Der Deal hat vor allem ein Ziel: So bald wie möglich sollen in Pfullendorf wieder Küchen produziert werden, erklärte Hörmann am Dienstag. Der Kaufvertrag sei bereits unterschrieben, einige Bedingungen müssten aber erfüllt werden.

"Neue Alno GmbH" könnte 410 Mitarbeiter beschäftigen

Alno ist der britische Finanzinvestor nicht unbekannt: Riverrock hatte dem Küchenhersteller nach der Insolvenz einen Massekredit über sechs Millionen Euro gewährt, wie die "FAZ" Ende September exklusiv berichtete . Das Unternehmen konnte deshalb die Produktion vorerst weiterführen. Riverrock, an der Berger ebenso wie der ägyptische Milliardär Naguib Sawiris beteiligt ist, ist nach eigenen Angaben  auf mittelständische Unternehmen in Europa und insbesondere in Deutschland spezialisiert.

Nach Worten des Insolvenzverwalters sei Riverrock davon überzeugt, dass sich mit der Küchenproduktion Geld verdienen ließe. Die "Neue Alno GmbH" wolle 410 Mitarbeiter beschäftigen. Wann der Startschuss für die Fortsetzung der Produktion fällt, ist noch unklar. Dies hinge auch davon ab, ob und wann die im Kaufvertrag genannten Bedingungen erfüllt werden könnten.

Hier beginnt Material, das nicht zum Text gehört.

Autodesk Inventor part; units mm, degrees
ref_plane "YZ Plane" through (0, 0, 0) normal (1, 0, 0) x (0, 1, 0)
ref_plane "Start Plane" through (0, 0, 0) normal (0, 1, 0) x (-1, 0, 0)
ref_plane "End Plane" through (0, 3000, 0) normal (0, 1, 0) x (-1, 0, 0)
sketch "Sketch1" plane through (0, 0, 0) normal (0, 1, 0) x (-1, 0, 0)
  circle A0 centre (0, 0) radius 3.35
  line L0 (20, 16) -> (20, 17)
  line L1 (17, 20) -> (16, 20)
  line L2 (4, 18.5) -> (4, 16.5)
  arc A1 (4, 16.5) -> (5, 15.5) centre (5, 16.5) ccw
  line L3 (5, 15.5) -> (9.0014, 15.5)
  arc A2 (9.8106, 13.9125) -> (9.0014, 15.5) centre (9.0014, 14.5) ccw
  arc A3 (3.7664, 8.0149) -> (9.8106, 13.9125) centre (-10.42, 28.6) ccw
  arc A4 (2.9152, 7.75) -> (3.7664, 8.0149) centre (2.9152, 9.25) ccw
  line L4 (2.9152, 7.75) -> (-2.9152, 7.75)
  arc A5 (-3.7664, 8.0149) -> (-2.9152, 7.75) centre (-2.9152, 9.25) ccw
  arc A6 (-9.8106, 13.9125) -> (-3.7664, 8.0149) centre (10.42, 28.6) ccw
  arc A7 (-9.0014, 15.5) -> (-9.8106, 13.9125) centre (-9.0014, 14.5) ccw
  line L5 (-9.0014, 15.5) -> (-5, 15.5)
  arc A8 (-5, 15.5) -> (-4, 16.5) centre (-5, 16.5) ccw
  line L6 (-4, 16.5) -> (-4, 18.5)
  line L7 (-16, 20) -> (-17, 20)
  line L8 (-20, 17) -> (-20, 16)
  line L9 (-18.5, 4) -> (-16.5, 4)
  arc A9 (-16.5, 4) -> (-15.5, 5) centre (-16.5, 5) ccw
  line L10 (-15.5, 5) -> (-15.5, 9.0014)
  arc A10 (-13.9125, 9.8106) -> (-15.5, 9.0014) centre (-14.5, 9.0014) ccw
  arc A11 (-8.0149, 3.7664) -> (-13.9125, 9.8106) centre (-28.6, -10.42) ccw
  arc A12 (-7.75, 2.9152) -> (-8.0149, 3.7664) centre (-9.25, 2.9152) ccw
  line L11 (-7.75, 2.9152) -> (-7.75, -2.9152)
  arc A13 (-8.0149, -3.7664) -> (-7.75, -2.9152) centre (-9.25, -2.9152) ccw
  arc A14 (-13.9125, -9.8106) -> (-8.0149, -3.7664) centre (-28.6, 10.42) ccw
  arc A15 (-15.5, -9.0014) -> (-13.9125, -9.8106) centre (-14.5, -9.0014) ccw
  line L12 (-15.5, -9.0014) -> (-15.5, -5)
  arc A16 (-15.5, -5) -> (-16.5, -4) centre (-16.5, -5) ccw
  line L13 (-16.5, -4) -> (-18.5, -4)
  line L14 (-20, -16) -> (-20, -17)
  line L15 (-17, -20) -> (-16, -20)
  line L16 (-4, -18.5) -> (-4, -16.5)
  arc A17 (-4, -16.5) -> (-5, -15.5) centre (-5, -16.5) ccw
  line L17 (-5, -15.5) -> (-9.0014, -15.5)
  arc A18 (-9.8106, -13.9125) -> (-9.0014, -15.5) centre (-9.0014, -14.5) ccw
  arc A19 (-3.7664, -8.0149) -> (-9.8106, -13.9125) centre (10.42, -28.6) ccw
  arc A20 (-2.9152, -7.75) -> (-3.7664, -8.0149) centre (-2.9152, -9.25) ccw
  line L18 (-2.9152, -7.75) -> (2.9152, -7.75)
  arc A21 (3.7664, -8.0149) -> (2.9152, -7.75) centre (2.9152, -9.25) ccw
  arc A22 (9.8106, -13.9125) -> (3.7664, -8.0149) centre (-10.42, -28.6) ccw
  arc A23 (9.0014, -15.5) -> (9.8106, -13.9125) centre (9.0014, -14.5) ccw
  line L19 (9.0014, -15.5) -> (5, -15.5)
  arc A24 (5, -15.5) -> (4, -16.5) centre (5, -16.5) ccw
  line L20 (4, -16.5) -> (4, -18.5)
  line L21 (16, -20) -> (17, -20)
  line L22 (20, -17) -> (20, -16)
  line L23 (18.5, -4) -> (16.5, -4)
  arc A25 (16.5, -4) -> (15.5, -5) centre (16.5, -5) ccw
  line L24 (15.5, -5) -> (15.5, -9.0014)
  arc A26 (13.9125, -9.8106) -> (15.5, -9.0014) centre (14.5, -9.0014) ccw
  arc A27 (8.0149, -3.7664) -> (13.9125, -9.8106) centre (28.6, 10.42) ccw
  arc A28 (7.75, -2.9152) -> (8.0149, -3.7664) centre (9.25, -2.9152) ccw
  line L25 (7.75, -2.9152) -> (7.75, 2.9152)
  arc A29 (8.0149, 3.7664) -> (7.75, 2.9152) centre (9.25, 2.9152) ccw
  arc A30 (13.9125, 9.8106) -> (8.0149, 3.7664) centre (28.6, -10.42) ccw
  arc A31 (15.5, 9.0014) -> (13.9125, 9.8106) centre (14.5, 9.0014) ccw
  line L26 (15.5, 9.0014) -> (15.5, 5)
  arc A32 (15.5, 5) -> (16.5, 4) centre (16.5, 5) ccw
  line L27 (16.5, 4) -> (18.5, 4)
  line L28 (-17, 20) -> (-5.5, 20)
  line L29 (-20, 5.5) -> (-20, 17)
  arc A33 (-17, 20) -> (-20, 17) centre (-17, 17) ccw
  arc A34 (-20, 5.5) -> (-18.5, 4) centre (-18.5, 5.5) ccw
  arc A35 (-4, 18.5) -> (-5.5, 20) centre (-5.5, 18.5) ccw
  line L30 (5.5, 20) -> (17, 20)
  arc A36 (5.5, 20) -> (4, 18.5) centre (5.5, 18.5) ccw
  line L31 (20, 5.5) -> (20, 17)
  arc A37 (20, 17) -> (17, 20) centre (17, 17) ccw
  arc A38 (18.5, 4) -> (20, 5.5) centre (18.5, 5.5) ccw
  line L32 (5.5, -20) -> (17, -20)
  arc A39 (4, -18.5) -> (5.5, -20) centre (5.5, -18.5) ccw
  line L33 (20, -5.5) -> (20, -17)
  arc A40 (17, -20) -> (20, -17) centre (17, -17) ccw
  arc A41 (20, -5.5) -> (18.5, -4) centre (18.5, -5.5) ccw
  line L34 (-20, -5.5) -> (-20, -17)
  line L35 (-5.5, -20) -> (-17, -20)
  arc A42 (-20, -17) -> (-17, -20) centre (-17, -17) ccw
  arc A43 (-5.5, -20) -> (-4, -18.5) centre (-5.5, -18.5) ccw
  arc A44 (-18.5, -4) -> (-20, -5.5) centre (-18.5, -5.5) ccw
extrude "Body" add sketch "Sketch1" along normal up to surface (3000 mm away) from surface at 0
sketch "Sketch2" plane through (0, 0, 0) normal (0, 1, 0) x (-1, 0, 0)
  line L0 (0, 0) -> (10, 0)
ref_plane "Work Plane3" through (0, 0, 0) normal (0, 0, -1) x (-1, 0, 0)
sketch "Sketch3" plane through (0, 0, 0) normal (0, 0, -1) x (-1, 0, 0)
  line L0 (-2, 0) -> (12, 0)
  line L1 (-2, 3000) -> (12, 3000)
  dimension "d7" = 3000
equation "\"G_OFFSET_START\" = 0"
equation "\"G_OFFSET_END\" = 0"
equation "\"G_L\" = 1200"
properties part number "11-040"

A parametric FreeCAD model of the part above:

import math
import FreeCAD as App
import Part
import Sketcher

V = App.Vector

doc = App.newDocument("Part")
params = doc.addObject("Spreadsheet::Sheet", "Params")
for row, (alias, value) in enumerate([
    ("sketch1_radius", "3 mm"),
    ("sketch1_radius2", "1 mm"),
    ("sketch1_radius3", "25 mm"),
    ("sketch1_diameter", "6.7 mm"),
    ("sketch1_radius4", "1.5 mm"),
    ("pad1_length", "3000 mm"),
], start=1):
    params.set(f"A{row}", alias)
    params.set(f"B{row}", "=" + value)
    params.setAlias(f"B{row}", alias)

body = doc.addObject("PartDesign::Body", "Body")

# Sketch on XZ plane
sketch1 = body.newObject("Sketcher::SketchObject", "Sketch")
sketch1.AttachmentSupport = (doc.getObject("XZ_Plane"), [""])
sketch1.MapMode = "FlatFace"
sketch1.addGeometry(Part.LineSegment(V(-20, 5.5, 0), V(-20, 17, 0)), False)
sketch1.addGeometry(Part.ArcOfCircle(Part.Circle(V(-17, 17, 0), V(0, 0, 1), 3), math.radians(90), math.radians(180)), False)
sketch1.addGeometry(Part.LineSegment(V(-17, 20, 0), V(-5.5, 20, 0)), False)
sketch1.addGeometry(Part.ArcOfCircle(Part.Circle(V(-5.5, 18.5, 0), V(0, 0, 1), 1.5), math.radians(0), math.radians(90)), False)
sketch1.addGeometry(Part.LineSegment(V(-4, 18.5, 0), V(-4, 16.5, 0)), False)
sketch1.addGeometry(Part.ArcOfCircle(Part.Circle(V(-5, 16.5, 0), V(0, 0, 1), 1), math.radians(-90), math.radians(0)), False)
sketch1.addGeometry(Part.LineSegment(V(-5, 15.5, 0), V(-9, 15.5, 0)), False)
sketch1.addGeometry(Part.ArcOfCircle(Part.Circle(V(-9, 14.5, 0), V(0, 0, 1), 1), math.radians(90), math.radians(216)), False)
sketch1.addGeometry(Part.ArcOfCircle(Part.Circle(V(10.4, 28.6, 0), V(0, 0, 1), 25), math.radians(-144.02), math.radians(-124.57)), False)
sketch1.addGeometry(Part.ArcOfCircle(Part.Circle(V(-2.9, 9.2, 0), V(0, 0, 1), 1.5), math.radians(-125), math.radians(-90)), False)
sketch1.addGeometry(Part.LineSegment(V(-2.9, 7.8, 0), V(2.9, 7.8, 0)), False)
sketch1.addGeometry(Part.ArcOfCircle(Part.Circle(V(2.9, 9.2, 0), V(0, 0, 1), 1.5), math.radians(-90), math.radians(-55)), False)
sketch1.addGeometry(Part.ArcOfCircle(Part.Circle(V(-10.4, 28.6, 0), V(0, 0, 1), 25), math.radians(-55.43), math.radians(-35.98)), False)
sketch1.addGeometry(Part.ArcOfCircle(Part.Circle(V(9, 14.5, 0), V(0, 0, 1), 1), math.radians(-36), math.radians(90)), False)
sketch1.addGeometry(Part.LineSegment(V(9, 15.5, 0), V(5, 15.5, 0)), False)
sketch1.addGeometry(Part.ArcOfCircle(Part.Circle(V(5, 16.5, 0), V(0, 0, 1), 1), math.radians(180), math.radians(270)), False)
sketch1.addGeometry(Part.LineSegment(V(4, 16.5, 0), V(4, 18.5, 0)), False)
sketch1.addGeometry(Part.ArcOfCircle(Part.Circle(V(5.5, 18.5, 0), V(0, 0, 1), 1.5), math.radians(90), math.radians(180)), False)
sketch1.addGeometry(Part.LineSegment(V(5.5, 20, 0), V(17, 20, 0)), False)
sketch1.addGeometry(Part.ArcOfCircle(Part.Circle(V(17, 17, 0), V(0, 0, 1), 3), math.radians(0), math.radians(90)), False)
sketch1.addGeometry(Part.LineSegment(V(20, 17, 0), V(20, 5.5, 0)), False)
sketch1.addGeometry(Part.ArcOfCircle(Part.Circle(V(18.5, 5.5, 0), V(0, 0, 1), 1.5), math.radians(-90), math.radians(0)), False)
sketch1.addGeometry(Part.LineSegment(V(18.5, 4, 0), V(16.5, 4, 0)), False)
sketch1.addGeometry(Part.ArcOfCircle(Part.Circle(V(16.5, 5, 0), V(0, 0, 1), 1), math.radians(180), math.radians(270)), False)
sketch1.addGeometry(Part.LineSegment(V(15.5, 5, 0), V(15.5, 9, 0)), False)
sketch1.addGeometry(Part.ArcOfCircle(Part.Circle(V(14.5, 9, 0), V(0, 0, 1), 1), math.radians(0), math.radians(126)), False)
sketch1.addGeometry(Part.ArcOfCircle(Part.Circle(V(28.6, -10.4, 0), V(0, 0, 1), 25), math.radians(125.98), math.radians(145.43)), False)
sketch1.addGeometry(Part.ArcOfCircle(Part.Circle(V(9.2, 2.9, 0), V(0, 0, 1), 1.5), math.radians(145), math.radians(180)), False)
sketch1.addGeometry(Part.LineSegment(V(7.8, 2.9, 0), V(7.8, -2.9, 0)), False)
sketch1.addGeometry(Part.ArcOfCircle(Part.Circle(V(9.2, -2.9, 0), V(0, 0, 1), 1.5), math.radians(180), math.radians(215)), False)
sketch1.addGeometry(Part.ArcOfCircle(Part.Circle(V(28.6, 10.4, 0), V(0, 0, 1), 25), math.radians(-145.43), math.radians(-125.98)), False)
sketch1.addGeometry(Part.ArcOfCircle(Part.Circle(V(14.5, -9, 0), V(0, 0, 1), 1), math.radians(-126), math.radians(0)), False)
sketch1.addGeometry(Part.LineSegment(V(15.5, -9, 0), V(15.5, -5, 0)), False)
sketch1.addGeometry(Part.ArcOfCircle(Part.Circle(V(16.5, -5, 0), V(0, 0, 1), 1), math.radians(90), math.radians(180)), False)
sketch1.addGeometry(Part.LineSegment(V(16.5, -4, 0), V(18.5, -4, 0)), False)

Kampf um Alno glich zuletzt einem Wirtschaftskrimi

So muss unter anderem der Gläubigerausschuss dem Geschäft zustimmen. Zudem müsse die Bundesagentur für Arbeit für eine Übergangsphase Kurzarbeitergeld für die Beschäftigten gewähren. Auch müsse eine Transfergesellschaft, in die alle Mitarbeiter wechseln sollen, die nicht von der Neuen Alno übernommen werden, noch gegründet werden. Hörmann, der lange vergeblich nach einem Investor suchte, warnte daher vor zu großer Euphorie, bis die Bedingungen erfüllt seien.

Kampf um Alno glich zuletzt einem Wirtschaftskrimi

Der Kampf um den namhaften, insolventen Küchenhersteller hatte zuletzt einem veritablen Wirtschaftskrimi geglichen. Die bosnische Hastor-Familie, die auch als Eigner des Autozulieferers Prevent und mit dem Übernahmeversuch von Grammer Furore gemacht macht, hatte trotz der Pleite versucht, die Kontrolle über Alno zu behalten. Dagegen hatte unter anderem die frühere Finanzchefin Ipek Demirtas mobil gemacht. Mit Erfolg: Ende August gab Hastor die Kontrolle über Alno auf, die Sanierung in Eigenregie wurde abgeblasen und stattdessen ein Insolvenzverwalter bestellt.

Alno hatte im Juli Insolvenzantrag gestellt und später aus Geldmangel die Produktion eingestellt. Die auf Billigsegment spezialisierte Tochter Pino aus Coswig (Sachsen-Anhalt) war schon Anfang Oktober an eine Investorengruppe um Marktführer Nobilia (Ostwestfalen) verkauft worden. Für die andere Tochter Wellmann aus Enger in Nordrhein-Westfalen gibt es aber auch jetzt keine Hoffnung.